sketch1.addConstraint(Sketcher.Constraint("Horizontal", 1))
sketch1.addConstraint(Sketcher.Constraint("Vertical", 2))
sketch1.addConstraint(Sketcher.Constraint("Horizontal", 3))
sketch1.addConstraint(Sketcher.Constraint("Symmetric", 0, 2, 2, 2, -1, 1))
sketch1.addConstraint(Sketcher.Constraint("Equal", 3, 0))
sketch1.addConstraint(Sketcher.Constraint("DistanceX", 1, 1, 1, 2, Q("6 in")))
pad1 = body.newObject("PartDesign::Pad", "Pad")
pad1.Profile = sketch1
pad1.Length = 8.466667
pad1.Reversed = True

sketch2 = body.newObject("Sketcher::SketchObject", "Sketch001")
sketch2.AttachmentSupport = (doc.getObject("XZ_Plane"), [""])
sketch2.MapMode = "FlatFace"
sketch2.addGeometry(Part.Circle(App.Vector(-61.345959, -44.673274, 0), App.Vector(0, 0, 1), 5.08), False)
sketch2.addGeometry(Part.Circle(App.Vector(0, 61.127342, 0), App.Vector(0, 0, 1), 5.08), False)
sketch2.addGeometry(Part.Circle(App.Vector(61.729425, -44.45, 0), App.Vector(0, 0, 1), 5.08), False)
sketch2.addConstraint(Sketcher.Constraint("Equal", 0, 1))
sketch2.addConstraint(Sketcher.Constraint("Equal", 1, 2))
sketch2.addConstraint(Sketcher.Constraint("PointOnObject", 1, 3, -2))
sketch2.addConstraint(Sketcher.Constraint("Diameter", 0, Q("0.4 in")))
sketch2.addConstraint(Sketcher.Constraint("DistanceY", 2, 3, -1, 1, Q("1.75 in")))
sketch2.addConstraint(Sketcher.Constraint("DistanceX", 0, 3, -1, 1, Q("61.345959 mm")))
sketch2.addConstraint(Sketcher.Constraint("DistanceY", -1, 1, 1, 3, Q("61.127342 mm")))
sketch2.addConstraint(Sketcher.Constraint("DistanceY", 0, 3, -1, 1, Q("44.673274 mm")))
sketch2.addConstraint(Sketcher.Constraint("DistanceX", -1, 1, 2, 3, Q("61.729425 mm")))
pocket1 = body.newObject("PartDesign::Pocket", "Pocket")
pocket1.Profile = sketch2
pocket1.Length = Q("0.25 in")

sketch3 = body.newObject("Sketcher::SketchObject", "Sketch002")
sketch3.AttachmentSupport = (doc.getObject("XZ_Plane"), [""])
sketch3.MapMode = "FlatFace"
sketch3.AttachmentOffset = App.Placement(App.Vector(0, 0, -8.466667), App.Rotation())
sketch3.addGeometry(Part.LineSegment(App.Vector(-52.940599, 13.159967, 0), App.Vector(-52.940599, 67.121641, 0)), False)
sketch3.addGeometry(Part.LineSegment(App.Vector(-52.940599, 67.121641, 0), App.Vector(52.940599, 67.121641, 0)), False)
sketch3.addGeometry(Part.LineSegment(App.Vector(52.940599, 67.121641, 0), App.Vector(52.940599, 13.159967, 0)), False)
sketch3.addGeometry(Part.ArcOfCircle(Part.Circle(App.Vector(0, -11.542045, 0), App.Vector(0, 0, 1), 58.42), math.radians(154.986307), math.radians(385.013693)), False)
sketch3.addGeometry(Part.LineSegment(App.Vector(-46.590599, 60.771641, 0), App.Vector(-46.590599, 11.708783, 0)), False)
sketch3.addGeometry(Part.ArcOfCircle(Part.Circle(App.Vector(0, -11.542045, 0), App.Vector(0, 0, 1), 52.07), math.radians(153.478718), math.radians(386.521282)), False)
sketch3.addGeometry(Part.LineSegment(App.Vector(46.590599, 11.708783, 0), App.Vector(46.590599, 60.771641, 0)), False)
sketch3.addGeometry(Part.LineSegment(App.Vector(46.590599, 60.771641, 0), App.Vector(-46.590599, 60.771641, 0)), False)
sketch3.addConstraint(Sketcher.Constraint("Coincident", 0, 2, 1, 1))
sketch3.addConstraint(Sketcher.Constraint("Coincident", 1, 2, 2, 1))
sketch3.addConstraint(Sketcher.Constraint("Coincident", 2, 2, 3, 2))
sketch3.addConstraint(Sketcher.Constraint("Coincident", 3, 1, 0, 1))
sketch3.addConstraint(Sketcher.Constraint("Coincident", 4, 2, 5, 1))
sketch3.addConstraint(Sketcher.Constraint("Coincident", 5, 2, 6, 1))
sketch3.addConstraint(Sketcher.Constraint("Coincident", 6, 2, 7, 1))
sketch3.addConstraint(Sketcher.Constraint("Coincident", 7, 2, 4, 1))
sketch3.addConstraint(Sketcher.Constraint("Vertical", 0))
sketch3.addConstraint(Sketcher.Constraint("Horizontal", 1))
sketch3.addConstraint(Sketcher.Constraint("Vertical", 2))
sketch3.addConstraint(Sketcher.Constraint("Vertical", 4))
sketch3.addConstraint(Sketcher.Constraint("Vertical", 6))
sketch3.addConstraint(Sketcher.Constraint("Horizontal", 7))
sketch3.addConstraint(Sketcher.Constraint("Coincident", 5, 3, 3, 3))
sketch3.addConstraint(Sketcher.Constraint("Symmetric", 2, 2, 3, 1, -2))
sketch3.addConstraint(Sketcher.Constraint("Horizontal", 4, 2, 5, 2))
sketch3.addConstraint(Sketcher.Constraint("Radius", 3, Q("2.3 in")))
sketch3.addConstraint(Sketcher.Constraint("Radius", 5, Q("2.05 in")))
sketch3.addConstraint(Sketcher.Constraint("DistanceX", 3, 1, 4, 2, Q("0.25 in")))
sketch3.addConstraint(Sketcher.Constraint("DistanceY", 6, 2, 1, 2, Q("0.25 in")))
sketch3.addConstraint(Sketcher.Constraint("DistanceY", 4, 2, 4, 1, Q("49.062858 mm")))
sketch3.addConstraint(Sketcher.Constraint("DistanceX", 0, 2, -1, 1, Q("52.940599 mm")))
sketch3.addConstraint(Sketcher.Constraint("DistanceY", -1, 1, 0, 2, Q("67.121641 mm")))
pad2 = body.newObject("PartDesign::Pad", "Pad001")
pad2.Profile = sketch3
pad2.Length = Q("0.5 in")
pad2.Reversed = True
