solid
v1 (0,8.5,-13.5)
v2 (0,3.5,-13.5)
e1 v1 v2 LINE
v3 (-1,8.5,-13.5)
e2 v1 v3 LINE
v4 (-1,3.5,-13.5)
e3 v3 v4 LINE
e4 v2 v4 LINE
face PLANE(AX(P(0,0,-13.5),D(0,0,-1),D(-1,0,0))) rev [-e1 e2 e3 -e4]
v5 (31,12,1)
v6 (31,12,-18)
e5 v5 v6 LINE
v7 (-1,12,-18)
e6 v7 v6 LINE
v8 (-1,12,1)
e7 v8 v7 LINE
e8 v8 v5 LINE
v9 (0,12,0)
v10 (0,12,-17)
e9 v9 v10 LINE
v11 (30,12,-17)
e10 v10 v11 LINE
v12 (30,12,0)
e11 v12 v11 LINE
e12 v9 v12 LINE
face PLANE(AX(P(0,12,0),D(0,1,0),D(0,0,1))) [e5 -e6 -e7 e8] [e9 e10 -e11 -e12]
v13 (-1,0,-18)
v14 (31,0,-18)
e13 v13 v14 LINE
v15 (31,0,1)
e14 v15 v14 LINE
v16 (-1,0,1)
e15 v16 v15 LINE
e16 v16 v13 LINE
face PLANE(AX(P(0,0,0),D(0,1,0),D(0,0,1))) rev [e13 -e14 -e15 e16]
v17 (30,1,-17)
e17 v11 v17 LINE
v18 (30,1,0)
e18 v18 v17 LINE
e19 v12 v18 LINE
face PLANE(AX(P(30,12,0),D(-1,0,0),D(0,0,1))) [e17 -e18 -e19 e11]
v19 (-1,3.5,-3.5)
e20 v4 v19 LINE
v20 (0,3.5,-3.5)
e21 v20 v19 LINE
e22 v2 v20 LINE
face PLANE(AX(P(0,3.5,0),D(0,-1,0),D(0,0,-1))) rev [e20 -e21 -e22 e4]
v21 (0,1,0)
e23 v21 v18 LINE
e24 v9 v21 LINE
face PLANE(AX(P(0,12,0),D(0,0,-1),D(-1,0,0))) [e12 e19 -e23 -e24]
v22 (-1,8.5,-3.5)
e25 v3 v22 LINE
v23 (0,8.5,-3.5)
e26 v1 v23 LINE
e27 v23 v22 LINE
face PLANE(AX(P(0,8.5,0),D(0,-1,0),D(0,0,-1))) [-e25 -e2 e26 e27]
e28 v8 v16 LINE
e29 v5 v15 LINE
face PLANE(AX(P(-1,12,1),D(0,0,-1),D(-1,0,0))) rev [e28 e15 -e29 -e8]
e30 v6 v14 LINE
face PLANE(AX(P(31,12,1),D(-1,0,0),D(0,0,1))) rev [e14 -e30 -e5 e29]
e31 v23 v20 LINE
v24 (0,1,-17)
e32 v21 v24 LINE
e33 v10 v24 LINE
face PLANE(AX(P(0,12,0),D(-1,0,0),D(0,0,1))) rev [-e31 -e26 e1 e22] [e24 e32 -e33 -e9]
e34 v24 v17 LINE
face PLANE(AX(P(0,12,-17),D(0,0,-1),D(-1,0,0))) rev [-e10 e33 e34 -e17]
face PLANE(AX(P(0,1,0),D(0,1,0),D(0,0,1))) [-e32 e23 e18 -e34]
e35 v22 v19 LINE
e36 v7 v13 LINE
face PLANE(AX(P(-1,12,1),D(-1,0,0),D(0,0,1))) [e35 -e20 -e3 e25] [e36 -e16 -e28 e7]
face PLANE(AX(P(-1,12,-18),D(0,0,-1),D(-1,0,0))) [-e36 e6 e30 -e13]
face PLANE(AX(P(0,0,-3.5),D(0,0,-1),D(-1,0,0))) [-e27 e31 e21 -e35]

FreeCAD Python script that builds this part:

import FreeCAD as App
import Part
import Sketcher

V = App.Vector


def add_polygon(sketch, points):
    """Adds a closed chain of lines whose ends are joined by coincident constraints."""
    first, n = sketch.GeometryCount, len(points)
    for a, b in zip(points, points[1:] + points[:1]):
        sketch.addGeometry(Part.LineSegment(App.Vector(*a, 0), App.Vector(*b, 0)), False)
    for i in range(n):
        sketch.addConstraint(Sketcher.Constraint("Coincident", first + i, 2, first + (i + 1) % n, 1))

doc = App.newDocument("Part")
params = doc.addObject("Spreadsheet::Sheet", "Params")
for row, (alias, value) in enumerate([
    ("sketch1_width", "32 mm"),
    ("sketch1_width2", "30 mm"),
    ("sketch1_height", "19 mm"),
    ("sketch1_height2", "17 mm"),
    ("pad1_length", "12 mm"),
    ("sketch2_width", "30 mm"),
    ("sketch2_height", "17 mm"),
    ("pad2_length", "1 mm"),
    ("sketch3_width", "5 mm"),
    ("sketch3_height", "10 mm"),
    ("pocket1_length", "1 mm"),
], start=1):
    params.set(f"A{row}", alias)
    params.set(f"B{row}", "=" + value)
    params.setAlias(f"B{row}", alias)

body = doc.addObject("PartDesign::Body", "Body")

sketch1 = body.newObject("Sketcher::SketchObject", "Sketch")
sketch1.AttachmentSupport = (doc.getObject("XZ_Plane"), [""])
sketch1.MapMode = "FlatFace"
add_polygon(sketch1, [(-1, -18), (-1, 1), (31, 1), (31, -18)])
add_polygon(sketch1, [(30, 0), (0, 0), (0, -17), (30, -17)])
sketch1.addConstraint([
    Sketcher.Constraint("Vertical", 0),
    Sketcher.Constraint("Horizontal", 1),
    Sketcher.Constraint("Vertical", 2),
    Sketcher.Constraint("Horizontal", 3),
    Sketcher.Constraint("Horizontal", 4),
    Sketcher.Constraint("Vertical", 5),
    Sketcher.Constraint("Horizontal", 6),
    Sketcher.Constraint("Vertical", 7),
    Sketcher.Constraint("Coincident", 4, 2, -1, 1),
    Sketcher.Constraint("DistanceX", 1, 1, 1, 2, 32.0),
    Sketcher.Constraint("DistanceX", 4, 2, 4, 1, 30.0),
    Sketcher.Constraint("DistanceY", 0, 1, 0, 2, 19.0),
    Sketcher.Constraint("DistanceY", 5, 2, 5, 1, 17.0),
    Sketcher.Constraint("DistanceX", 0, 2, -1, 1, 1.0),
    Sketcher.Constraint("DistanceY", -1, 1, 0, 2, 1.0),
])
sketch1.setExpression("Constraints[17]", "Params.sketch1_width")
sketch1.setExpression("Constraints[18]", "Params.sketch1_width2")
sketch1.setExpression("Constraints[19]", "Params.sketch1_height")
sketch1.setExpression("Constraints[20]", "Params.sketch1_height2")
pad1 = body.newObject("PartDesign::Pad", "Pad")
pad1.Profile = sketch1
pad1.setExpression("Length", "Params.pad1_length")
pad1.Reversed = True

sketch2 = body.newObject("Sketcher::SketchObject", "Sketch001")
sketch2.AttachmentSupport = (doc.getObject("XZ_Plane"), [""])
sketch2.MapMode = "FlatFace"
add_polygon(sketch2, [(0, -17), (0, 0), (30, 0), (30, -17)])
sketch2.addConstraint([
    Sketcher.Constraint("Vertical", 0),
    Sketcher.Constraint("Horizontal", 1),
    Sketcher.Constraint("Vertical", 2),
    Sketcher.Constraint("Horizontal", 3),
    Sketcher.Constraint("Coincident", 0, 2, -1, 1),
    Sketcher.Constraint("DistanceX", 1, 1, 1, 2, 30.0),
    Sketcher.Constraint("DistanceY", 0, 1, 0, 2, 17.0),
])
sketch2.setExpression("Constraints[9]", "Params.sketch2_width")
sketch2.setExpression("Constraints[10]", "Params.sketch2_height")
pad2 = body.newObject("PartDesign::Pad", "Pad001")
pad2.Profile = sketch2
pad2.setExpression("Length", "Params.pad2_length")
pad2.Reversed = True

sketch3 = body.newObject("Sketcher::SketchObject", "Sketch002")
sketch3.AttachmentSupport = (doc.getObject("YZ_Plane"), [""])
sketch3.MapMode = "FlatFace"
sketch3.AttachmentOffset = App.Placement(V(0, 0, -1), App.Rotation())
add_polygon(sketch3, [(8.5, -13.5), (3.5, -13.5), (3.5, -3.5), (8.5, -3.5)])
sketch3.addConstraint([
    Sketcher.Constraint("Horizontal", 0),
    Sketcher.Constraint("Vertical", 1),
    Sketcher.Constraint("Horizontal", 2),
    Sketcher.Constraint("Vertical", 3),
    Sketcher.Constraint("DistanceX", 0, 2, 0, 1, 5.0),
    Sketcher.Constraint("DistanceY", 1, 1, 1, 2, 10.0),
    Sketcher.Constraint("DistanceX", -1, 1, 0, 2, 3.5),
    Sketcher.Constraint("DistanceY", 0, 2, -1, 1, 13.5),
])
sketch3.setExpression("Constraints[8]", "Params.sketch3_width")
sketch3.setExpression("Constraints[9]", "Params.sketch3_height")
pocket1 = body.newObject("PartDesign::Pocket", "Pocket")
pocket1.Profile = sketch3
pocket1.setExpression("Length", "Params.pocket1_length")
pocket1.Reversed = True

doc.recompute()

--*--

▸ Try it
Out of the listing above, reproduce exactly the lines from the one with "e1 v1 v2 LINE" up to and including the one with "e16 v16 v13 LINE".

▸ Problem solution
e1 v1 v2 LINE
v3 (-1,8.5,-13.5)
e2 v1 v3 LINE
v4 (-1,3.5,-13.5)
e3 v3 v4 LINE
e4 v2 v4 LINE
face PLANE(AX(P(0,0,-13.5),D(0,0,-1),D(-1,0,0))) rev [-e1 e2 e3 -e4]
v5 (31,12,1)
v6 (31,12,-18)
e5 v5 v6 LINE
v7 (-1,12,-18)
e6 v7 v6 LINE
v8 (-1,12,1)
e7 v8 v7 LINE
e8 v8 v5 LINE
v9 (0,12,0)
v10 (0,12,-17)
e9 v9 v10 LINE
v11 (30,12,-17)
e10 v10 v11 LINE
v12 (30,12,0)
e11 v12 v11 LINE
e12 v9 v12 LINE
face PLANE(AX(P(0,12,0),D(0,1,0),D(0,0,1))) [e5 -e6 -e7 e8] [e9 e10 -e11 -e12]
v13 (-1,0,-18)
v14 (31,0,-18)
e13 v13 v14 LINE
v15 (31,0,1)
e14 v15 v14 LINE
v16 (-1,0,1)
e15 v16 v15 LINE
e16 v16 v13 LINE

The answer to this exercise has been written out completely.